[Stored data]
■ ■ ■ ■ ■
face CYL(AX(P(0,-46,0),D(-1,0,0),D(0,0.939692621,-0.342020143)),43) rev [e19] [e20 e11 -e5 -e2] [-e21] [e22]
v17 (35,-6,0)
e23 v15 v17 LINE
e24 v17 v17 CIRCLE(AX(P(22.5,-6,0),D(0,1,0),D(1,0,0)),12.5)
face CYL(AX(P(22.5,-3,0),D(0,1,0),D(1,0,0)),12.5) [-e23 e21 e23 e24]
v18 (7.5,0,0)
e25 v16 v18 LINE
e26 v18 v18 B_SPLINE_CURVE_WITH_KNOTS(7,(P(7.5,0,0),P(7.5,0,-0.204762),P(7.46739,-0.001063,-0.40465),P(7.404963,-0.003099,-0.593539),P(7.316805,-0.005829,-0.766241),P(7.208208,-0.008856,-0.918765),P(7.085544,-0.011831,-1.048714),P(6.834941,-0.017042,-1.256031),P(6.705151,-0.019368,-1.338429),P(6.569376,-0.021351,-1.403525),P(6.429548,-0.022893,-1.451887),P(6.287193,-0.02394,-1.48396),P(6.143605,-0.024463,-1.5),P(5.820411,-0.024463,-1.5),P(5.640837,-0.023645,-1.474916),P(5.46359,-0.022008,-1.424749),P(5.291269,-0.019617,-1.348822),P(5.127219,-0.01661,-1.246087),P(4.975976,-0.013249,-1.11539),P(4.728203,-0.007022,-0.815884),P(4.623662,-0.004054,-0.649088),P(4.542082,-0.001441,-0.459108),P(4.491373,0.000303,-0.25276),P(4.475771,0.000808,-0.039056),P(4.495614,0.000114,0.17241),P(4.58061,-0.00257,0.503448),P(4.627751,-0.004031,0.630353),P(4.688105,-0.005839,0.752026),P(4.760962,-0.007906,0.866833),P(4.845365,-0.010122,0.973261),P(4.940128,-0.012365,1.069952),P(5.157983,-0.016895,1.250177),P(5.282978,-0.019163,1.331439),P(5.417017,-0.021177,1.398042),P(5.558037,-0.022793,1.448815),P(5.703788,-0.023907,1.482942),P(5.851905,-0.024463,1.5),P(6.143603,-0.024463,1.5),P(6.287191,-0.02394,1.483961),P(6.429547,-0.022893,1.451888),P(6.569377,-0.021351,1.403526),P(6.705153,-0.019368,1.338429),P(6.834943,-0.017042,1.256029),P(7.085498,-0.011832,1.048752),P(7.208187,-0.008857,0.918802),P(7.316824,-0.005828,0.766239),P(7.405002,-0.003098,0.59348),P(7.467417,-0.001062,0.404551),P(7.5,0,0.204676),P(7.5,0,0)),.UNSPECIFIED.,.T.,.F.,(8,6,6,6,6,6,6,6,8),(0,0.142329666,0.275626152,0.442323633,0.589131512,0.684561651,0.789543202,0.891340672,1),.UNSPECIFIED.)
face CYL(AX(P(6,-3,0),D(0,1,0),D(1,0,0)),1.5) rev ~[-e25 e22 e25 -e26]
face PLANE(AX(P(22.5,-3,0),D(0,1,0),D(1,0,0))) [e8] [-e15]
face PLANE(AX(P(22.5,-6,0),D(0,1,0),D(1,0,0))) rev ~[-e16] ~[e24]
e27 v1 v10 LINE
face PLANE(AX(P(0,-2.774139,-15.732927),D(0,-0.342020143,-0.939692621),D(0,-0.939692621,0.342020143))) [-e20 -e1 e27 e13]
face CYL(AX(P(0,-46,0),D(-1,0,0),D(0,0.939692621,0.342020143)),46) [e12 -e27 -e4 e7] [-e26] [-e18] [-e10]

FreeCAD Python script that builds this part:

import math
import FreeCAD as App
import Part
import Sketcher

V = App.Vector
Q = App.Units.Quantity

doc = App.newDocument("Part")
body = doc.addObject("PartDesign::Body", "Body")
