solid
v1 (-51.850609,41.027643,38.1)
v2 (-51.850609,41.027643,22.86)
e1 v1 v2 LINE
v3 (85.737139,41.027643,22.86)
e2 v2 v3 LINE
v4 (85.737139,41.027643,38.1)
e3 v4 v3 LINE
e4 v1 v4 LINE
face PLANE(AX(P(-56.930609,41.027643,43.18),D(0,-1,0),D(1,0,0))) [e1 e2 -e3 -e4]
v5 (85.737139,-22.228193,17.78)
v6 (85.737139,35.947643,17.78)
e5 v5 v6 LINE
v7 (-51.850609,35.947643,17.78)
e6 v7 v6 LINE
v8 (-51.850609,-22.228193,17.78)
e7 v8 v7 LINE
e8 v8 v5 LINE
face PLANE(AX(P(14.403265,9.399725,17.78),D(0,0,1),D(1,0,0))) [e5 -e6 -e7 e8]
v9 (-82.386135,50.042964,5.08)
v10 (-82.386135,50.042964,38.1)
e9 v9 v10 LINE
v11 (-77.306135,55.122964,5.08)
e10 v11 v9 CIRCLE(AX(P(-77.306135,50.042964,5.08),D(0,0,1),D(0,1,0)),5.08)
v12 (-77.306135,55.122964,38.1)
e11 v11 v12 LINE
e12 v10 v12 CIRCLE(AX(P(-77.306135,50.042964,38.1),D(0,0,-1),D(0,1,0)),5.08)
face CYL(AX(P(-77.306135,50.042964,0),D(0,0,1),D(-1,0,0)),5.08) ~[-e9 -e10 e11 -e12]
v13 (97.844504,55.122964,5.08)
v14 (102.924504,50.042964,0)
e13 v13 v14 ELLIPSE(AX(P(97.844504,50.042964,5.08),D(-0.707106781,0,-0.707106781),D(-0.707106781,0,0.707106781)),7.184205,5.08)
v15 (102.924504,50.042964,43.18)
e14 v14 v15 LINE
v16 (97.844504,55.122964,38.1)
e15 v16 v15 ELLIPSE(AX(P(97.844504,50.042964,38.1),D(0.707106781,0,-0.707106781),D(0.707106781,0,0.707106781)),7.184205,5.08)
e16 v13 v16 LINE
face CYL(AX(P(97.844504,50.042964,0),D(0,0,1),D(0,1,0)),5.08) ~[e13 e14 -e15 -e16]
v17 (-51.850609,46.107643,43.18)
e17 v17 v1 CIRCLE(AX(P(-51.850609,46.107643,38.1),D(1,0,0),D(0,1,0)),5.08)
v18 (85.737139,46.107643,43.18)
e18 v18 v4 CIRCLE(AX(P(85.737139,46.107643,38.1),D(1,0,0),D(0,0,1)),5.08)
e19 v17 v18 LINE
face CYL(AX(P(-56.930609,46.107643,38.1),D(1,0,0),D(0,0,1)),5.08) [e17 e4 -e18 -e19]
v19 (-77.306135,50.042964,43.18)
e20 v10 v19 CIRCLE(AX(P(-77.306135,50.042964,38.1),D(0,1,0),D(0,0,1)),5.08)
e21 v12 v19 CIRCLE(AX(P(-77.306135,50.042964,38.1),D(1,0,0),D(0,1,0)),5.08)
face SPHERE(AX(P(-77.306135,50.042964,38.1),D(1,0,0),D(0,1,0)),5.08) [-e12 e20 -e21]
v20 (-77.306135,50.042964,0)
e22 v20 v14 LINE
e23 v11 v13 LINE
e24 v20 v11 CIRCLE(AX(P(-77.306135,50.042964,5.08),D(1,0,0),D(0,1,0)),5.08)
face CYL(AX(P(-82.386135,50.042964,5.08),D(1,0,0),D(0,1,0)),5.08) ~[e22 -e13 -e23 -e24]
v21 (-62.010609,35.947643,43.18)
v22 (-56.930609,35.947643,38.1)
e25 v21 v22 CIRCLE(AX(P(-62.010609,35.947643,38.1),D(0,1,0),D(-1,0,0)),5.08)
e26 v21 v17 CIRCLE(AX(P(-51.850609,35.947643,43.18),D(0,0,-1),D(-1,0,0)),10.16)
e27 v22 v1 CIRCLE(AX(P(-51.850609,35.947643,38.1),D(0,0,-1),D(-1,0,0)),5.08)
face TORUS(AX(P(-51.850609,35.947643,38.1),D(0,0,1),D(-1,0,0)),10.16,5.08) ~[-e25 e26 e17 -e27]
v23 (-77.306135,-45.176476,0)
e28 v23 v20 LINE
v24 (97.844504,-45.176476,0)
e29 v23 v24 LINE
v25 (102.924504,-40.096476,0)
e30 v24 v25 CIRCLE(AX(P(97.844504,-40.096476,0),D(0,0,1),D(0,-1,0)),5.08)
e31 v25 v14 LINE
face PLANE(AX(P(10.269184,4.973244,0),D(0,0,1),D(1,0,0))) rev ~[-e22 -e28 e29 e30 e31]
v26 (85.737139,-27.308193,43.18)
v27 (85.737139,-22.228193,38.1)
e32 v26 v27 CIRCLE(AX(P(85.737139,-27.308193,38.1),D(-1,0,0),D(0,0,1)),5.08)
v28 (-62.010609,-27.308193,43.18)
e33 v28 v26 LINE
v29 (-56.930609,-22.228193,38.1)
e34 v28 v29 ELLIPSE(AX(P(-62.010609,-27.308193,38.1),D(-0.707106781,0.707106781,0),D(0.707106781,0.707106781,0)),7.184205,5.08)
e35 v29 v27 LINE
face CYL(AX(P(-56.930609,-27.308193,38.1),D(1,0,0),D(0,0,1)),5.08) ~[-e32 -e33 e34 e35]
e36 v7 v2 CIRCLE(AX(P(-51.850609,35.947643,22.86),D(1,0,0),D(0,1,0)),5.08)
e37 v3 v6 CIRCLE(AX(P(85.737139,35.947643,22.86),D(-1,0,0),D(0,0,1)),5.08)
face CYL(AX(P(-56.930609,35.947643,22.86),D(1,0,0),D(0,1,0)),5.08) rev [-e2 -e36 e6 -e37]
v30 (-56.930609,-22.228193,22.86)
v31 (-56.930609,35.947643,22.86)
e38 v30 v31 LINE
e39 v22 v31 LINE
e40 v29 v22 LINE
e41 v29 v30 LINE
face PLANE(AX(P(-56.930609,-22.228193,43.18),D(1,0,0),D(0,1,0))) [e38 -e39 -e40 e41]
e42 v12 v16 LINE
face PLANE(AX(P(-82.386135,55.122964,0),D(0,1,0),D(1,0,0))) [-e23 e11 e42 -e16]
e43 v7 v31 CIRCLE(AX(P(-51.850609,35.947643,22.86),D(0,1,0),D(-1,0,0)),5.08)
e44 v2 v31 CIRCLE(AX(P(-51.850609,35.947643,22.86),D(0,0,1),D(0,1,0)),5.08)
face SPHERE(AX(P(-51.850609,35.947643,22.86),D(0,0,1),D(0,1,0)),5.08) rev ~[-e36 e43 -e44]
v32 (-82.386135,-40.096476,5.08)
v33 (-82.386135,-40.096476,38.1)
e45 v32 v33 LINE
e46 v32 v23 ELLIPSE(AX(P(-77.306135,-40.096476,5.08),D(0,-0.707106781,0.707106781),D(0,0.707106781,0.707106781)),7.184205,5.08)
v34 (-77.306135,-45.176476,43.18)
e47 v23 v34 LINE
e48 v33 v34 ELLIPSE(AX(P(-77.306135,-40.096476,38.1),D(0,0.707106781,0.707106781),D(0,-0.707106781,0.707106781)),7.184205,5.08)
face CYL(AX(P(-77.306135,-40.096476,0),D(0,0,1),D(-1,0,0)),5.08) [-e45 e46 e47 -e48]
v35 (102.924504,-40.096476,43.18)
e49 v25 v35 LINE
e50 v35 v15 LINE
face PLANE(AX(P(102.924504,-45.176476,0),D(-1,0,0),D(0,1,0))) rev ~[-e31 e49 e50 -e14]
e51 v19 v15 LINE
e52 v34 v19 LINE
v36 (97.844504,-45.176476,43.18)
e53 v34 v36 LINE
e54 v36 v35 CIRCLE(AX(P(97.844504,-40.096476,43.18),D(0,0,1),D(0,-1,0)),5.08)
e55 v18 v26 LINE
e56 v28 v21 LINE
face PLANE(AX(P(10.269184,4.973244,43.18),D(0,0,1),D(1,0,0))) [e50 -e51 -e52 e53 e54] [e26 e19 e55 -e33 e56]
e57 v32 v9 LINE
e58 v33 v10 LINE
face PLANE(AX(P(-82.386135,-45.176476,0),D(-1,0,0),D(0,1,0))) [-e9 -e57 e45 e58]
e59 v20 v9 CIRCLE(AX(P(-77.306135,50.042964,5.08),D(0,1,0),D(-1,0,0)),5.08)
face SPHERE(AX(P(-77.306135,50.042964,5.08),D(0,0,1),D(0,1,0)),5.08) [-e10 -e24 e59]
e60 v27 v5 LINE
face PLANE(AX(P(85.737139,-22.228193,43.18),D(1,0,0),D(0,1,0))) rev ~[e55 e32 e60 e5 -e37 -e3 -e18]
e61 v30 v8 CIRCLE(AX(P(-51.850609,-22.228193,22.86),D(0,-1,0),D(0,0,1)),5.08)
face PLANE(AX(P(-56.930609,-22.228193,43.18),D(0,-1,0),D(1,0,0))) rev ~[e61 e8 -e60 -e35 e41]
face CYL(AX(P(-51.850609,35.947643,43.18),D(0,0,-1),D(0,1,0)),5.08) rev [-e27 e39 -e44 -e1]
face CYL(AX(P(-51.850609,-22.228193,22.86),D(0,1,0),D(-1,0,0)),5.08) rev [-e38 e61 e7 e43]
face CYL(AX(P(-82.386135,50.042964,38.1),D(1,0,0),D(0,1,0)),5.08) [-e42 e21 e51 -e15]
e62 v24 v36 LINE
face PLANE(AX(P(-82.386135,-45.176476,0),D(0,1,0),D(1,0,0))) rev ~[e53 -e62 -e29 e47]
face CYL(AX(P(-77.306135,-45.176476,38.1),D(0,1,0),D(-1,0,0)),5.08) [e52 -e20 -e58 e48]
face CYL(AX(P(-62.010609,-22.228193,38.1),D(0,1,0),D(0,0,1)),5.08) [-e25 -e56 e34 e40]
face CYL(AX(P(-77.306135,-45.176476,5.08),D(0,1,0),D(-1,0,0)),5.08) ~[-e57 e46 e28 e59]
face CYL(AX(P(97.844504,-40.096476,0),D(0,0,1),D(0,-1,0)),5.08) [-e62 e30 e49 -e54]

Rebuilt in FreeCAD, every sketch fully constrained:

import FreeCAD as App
import Part
import Sketcher
Q = App.Units.Quantity


def edges_at(feature, points):
    """Names of the edges that pass closest to the given points."""
    edges = feature.Shape.Edges
    near = lambda p: min(range(len(edges)), key=lambda i: edges[i].distToShape(Part.Vertex(*p))[0])
    return sorted({f"Edge{near(p) + 1}" for p in points})

doc = App.newDocument("Part")
body = doc.addObject("PartDesign::Body", "Body")

# Sketch on XY plane
sketch1 = doc.addObject("Sketcher::SketchObject", "Sketch")
body.addObject(sketch1)
sketch1.AttachmentSupport = (doc.XY_Plane, [""])
sketch1.MapMode = "FlatFace"
sketch1.addGeometry([
    Part.LineSegment(App.Vector(-82, 55, 0), App.Vector(-82, -45, 0)),
    Part.LineSegment(App.Vector(-82, -45, 0), App.Vector(103, -45, 0)),
    Part.LineSegment(App.Vector(103, -45, 0), App.Vector(103, 55, 0)),
    Part.LineSegment(App.Vector(103, 55, 0), App.Vector(-82, 55, 0)),
], False)
sketch1.addConstraint([
    Sketcher.Constraint("Coincident", 0, 2, 1, 1),
    Sketcher.Constraint("Coincident", 1, 2, 2, 1),
    Sketcher.Constraint("Coincident", 2, 2, 3, 1),
    Sketcher.Constraint("Coincident", 3, 2, 0, 1),
    Sketcher.Constraint("Vertical", 0),
    Sketcher.Constraint("Horizontal", 1),
    Sketcher.Constraint("Vertical", 2),
    Sketcher.Constraint("Horizontal", 3),
    Sketcher.Constraint("DistanceX", 1, 1, 1, 2, 185.310639),
    Sketcher.Constraint("DistanceY", 0, 2, 0, 1, 100.29944),
    Sketcher.Constraint("DistanceX", 0, 2, -1, 1, 82.386135),
    Sketcher.Constraint("DistanceY", 0, 2, -1, 1, 45.176476),
])
pad1 = doc.addObject("PartDesign::Pad", "Pad")
body.addObject(pad1)
pad1.Profile = sketch1
pad1.Length = Q("1.7 in")

# Sketch on XY plane
sketch2 = doc.addObject("Sketcher::SketchObject", "Sketch001")
body.addObject(sketch2)
sketch2.AttachmentSupport = (doc.XY_Plane, [""])
sketch2.MapMode = "FlatFace"
sketch2.AttachmentOffset = App.Placement(App.Vector(0, 0, 1.7 * 25.4), App.Rotation())
sketch2.addGeometry([
    Part.LineSegment(App.Vector(-57, 41, 0), App.Vector(-57, -22, 0)),
    Part.LineSegment(App.Vector(-57, -22, 0), App.Vector(86, -22, 0)),
    Part.LineSegment(App.Vector(86, -22, 0), App.Vector(86, 41, 0)),
    Part.LineSegment(App.Vector(86, 41, 0), App.Vector(-57, 41, 0)),
], False)
sketch2.addConstraint([
    Sketcher.Constraint("Coincident", 0, 2, 1, 1),
    Sketcher.Constraint("Coincident", 1, 2, 2, 1),
    Sketcher.Constraint("Coincident", 2, 2, 3, 1),
    Sketcher.Constraint("Coincident", 3, 2, 0, 1),
    Sketcher.Constraint("Vertical", 0),
    Sketcher.Constraint("Horizontal", 1),
    Sketcher.Constraint("Vertical", 2),
    Sketcher.Constraint("Horizontal", 3),
    Sketcher.Constraint("DistanceX", 1, 1, 1, 2, 142.667748),
    Sketcher.Constraint("DistanceY", 0, 2, 0, 1, 63.255836),
    Sketcher.Constraint("DistanceX", 0, 2, -1, 1, 56.930609),
    Sketcher.Constraint("DistanceY", 0, 2, -1, 1, 22.228193),
])
pocket1 = doc.addObject("PartDesign::Pocket", "Pocket")
body.addObject(pocket1)
pocket1.Profile = sketch2
pocket1.Length = Q("1 in")
doc.recompute()

fillet = doc.addObject("PartDesign::Fillet", "Fillet")
body.addObject(fillet)
fillet.Base = (pocket1, edges_at(pocket1, [
    (-82.386, -45.176, 21.59),
    (102.925, -45.176, 21.59),
    (102.925, 55.123, 21.59),
    (10.269, 55.123, 43.18),
    (14.403, 41.028, 43.18),
    (-82.386, 55.123, 21.59),
    (-56.931, 41.028, 30.48),
    (14.403, -22.228, 43.18),
    (14.403, 41.028, 17.78),
    (-56.931, 9.4, 43.18),
    (-56.931, 9.4, 17.78),
    (10.269, 55.123, 0),
    (-82.386, 4.973, 43.18),
    (-82.386, 4.973, 0),
]))
fillet.Radius = Q("0.2 in")

doc.recompute()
■ ■ ■ ■ ■
- _Task prompt_: Copy out the range of lines above starting at the line with "V = App.Vector" and ending at the line with "e2 -e3 -e4]", exactly and including both.

- _Answer for this exercise_:
V = App.Vector
Q = App.Units.Quantity

doc = App.newDocument("Part")
body = doc.addObject("PartDesign::Body", "Body")
solid
v1 (-51.850609,41.027643,38.1)
v2 (-51.850609,41.027643,22.86)
e1 v1 v2 LINE
v3 (85.737139,41.027643,22.86)
e2 v2 v3 LINE
v4 (85.737139,41.027643,38.1)
e3 v4 v3 LINE
e4 v1 v4 LINE
face PLANE(AX(P(-56.930609,41.027643,43.18),D(0,-1,0),D(1,0,0))) [e1 e2 -e3 -e4]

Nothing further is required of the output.